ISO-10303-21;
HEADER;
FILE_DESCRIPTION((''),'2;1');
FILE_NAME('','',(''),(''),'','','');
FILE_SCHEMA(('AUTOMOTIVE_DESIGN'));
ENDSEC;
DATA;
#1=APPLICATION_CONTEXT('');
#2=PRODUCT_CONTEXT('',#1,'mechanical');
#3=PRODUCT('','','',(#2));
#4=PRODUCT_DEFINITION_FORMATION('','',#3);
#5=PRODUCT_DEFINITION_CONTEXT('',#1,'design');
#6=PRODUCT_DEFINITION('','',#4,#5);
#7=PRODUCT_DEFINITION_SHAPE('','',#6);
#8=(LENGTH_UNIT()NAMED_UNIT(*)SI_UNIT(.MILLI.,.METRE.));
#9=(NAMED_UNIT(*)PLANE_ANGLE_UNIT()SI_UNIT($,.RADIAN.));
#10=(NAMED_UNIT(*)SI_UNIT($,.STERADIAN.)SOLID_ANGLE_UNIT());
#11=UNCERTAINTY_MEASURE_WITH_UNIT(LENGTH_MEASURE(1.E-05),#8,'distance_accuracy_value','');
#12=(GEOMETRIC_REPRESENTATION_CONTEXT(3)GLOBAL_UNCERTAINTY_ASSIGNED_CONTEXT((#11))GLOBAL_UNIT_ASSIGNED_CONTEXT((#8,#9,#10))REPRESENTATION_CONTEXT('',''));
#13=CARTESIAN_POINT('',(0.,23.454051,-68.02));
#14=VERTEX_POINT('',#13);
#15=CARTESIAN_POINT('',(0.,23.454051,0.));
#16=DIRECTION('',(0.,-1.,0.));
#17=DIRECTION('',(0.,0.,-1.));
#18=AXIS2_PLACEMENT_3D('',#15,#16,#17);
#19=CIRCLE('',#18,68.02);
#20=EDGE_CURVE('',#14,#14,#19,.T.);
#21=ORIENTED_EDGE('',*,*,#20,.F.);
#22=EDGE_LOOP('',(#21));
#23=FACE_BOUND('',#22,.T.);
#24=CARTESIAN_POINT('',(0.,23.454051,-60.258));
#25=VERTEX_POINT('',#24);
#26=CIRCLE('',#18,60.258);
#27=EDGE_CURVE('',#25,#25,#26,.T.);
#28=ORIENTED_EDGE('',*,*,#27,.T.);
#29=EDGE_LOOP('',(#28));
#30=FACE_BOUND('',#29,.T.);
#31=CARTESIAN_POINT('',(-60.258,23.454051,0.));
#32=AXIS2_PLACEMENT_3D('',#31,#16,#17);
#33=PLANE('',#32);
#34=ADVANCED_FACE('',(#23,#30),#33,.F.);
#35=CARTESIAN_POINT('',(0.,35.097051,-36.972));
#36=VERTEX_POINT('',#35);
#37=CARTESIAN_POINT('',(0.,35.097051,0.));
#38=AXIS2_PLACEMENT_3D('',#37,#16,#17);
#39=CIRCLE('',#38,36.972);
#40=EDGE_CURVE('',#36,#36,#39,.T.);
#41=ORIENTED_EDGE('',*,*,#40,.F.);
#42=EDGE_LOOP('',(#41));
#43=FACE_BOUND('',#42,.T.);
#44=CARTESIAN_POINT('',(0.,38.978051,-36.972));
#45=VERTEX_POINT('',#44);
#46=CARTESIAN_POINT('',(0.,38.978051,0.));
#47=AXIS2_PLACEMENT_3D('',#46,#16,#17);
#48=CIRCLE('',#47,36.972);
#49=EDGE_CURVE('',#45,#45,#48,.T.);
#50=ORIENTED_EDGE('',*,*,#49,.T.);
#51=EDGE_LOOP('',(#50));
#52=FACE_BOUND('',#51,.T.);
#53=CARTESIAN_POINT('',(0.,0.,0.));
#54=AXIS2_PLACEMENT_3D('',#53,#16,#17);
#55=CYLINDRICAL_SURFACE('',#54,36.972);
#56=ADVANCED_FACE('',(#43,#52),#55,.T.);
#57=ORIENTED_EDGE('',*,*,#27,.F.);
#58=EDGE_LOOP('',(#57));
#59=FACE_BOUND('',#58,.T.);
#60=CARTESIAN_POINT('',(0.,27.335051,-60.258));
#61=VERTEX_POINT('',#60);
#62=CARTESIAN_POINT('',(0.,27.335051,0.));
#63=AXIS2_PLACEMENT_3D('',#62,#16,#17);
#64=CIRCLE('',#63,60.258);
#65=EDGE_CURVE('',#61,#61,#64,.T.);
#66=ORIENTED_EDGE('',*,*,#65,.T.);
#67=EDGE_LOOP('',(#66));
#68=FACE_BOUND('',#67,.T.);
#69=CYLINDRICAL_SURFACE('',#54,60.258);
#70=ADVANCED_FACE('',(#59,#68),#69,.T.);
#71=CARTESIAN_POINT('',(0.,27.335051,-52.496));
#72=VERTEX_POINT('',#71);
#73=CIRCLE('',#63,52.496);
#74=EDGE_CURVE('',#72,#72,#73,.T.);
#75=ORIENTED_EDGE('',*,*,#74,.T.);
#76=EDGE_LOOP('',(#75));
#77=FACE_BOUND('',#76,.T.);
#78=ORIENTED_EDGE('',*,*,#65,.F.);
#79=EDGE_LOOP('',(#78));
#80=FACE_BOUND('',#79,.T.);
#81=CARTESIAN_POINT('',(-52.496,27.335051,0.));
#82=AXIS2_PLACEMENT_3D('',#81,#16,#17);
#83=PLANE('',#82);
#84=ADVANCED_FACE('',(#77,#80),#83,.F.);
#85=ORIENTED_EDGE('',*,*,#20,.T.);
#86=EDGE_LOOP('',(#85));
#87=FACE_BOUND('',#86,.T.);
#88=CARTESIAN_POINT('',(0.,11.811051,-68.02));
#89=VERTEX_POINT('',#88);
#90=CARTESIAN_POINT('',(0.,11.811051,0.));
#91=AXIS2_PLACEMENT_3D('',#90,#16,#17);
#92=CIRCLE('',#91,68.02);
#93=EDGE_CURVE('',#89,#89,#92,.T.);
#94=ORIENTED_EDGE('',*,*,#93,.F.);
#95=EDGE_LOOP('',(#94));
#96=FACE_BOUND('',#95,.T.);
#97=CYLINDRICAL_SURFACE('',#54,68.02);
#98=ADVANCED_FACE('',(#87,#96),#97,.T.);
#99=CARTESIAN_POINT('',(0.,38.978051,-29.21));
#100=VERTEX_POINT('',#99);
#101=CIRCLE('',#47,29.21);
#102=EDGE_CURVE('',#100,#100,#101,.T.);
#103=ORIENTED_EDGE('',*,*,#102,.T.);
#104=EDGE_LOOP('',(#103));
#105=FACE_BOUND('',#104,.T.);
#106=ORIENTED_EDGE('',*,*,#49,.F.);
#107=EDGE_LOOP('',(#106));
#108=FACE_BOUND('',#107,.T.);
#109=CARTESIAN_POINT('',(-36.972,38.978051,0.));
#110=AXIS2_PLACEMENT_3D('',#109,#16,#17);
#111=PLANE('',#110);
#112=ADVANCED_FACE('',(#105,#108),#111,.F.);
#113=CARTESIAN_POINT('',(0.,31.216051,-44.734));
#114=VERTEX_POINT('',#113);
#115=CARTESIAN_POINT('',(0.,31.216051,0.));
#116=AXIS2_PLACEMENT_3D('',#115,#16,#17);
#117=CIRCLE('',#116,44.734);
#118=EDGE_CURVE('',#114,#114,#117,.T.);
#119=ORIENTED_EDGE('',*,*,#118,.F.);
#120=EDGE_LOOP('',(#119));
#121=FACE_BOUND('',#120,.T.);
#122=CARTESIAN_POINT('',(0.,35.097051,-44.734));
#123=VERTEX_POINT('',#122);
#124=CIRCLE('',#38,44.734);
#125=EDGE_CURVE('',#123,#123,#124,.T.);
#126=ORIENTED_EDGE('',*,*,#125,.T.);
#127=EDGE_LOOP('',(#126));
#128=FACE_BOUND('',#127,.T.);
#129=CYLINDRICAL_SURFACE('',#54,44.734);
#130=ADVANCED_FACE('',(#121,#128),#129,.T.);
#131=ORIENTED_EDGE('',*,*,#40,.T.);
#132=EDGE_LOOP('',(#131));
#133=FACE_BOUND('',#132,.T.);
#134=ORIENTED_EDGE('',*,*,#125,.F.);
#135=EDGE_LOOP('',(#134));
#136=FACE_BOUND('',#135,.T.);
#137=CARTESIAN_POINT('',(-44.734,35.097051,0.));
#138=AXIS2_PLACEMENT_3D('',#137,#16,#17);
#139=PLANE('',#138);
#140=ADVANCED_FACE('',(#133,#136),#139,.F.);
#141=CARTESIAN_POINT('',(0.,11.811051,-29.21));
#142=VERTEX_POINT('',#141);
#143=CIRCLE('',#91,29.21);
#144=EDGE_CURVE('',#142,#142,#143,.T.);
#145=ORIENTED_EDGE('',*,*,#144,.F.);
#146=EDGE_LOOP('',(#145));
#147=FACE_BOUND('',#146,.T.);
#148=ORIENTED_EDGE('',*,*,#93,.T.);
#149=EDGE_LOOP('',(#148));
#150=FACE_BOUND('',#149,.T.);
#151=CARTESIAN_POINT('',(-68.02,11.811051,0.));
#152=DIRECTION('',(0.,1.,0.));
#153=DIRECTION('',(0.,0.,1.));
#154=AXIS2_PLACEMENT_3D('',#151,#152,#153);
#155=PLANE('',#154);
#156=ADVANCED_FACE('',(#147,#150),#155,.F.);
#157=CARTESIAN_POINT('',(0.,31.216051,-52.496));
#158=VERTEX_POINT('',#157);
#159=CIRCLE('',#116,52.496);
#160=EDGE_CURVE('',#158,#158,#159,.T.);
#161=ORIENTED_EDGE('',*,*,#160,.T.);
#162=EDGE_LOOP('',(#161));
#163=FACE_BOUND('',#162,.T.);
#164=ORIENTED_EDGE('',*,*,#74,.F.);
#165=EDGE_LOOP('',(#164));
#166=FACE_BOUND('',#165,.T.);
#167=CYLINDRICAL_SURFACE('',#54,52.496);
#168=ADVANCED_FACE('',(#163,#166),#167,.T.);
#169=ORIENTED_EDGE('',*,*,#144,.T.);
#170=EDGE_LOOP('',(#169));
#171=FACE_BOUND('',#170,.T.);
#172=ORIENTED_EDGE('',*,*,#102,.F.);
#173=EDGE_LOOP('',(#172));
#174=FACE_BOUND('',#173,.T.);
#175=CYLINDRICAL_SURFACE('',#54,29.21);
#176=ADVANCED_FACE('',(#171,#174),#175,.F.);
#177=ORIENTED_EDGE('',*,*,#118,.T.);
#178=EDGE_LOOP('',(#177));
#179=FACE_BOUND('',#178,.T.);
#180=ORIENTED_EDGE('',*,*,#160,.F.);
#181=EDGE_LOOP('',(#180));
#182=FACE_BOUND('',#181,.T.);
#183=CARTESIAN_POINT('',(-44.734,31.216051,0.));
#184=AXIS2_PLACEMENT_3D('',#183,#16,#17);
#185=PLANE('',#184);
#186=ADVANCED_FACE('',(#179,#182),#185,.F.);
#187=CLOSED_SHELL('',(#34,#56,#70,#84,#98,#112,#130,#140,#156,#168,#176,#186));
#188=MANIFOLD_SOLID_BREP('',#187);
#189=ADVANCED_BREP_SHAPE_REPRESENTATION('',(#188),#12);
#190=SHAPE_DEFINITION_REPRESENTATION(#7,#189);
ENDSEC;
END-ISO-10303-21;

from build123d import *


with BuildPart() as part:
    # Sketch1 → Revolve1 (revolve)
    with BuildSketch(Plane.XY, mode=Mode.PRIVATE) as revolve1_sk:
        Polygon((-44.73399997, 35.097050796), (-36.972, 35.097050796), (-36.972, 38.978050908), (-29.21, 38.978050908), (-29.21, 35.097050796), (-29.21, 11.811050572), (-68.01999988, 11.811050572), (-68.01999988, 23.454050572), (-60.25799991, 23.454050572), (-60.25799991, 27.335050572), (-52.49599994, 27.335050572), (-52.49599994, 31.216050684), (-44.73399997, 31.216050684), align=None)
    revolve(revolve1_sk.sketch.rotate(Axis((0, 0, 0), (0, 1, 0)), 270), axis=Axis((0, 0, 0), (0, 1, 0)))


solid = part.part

::::::::::

All lines above between those holding "#122=CARTESIAN_POINT('',(0.,35.097051,-44.734));" and "#133=FACE_BOUND('',#132,.T.);", inclusive, must be set down unchanged, and no other line may be included.

## Written answer
#122=CARTESIAN_POINT('',(0.,35.097051,-44.734));
#123=VERTEX_POINT('',#122);
#124=CIRCLE('',#38,44.734);
#125=EDGE_CURVE('',#123,#123,#124,.T.);
#126=ORIENTED_EDGE('',*,*,#125,.T.);
#127=EDGE_LOOP('',(#126));
#128=FACE_BOUND('',#127,.T.);
#129=CYLINDRICAL_SURFACE('',#54,44.734);
#130=ADVANCED_FACE('',(#121,#128),#129,.T.);
#131=ORIENTED_EDGE('',*,*,#40,.T.);
#132=EDGE_LOOP('',(#131));
#133=FACE_BOUND('',#132,.T.);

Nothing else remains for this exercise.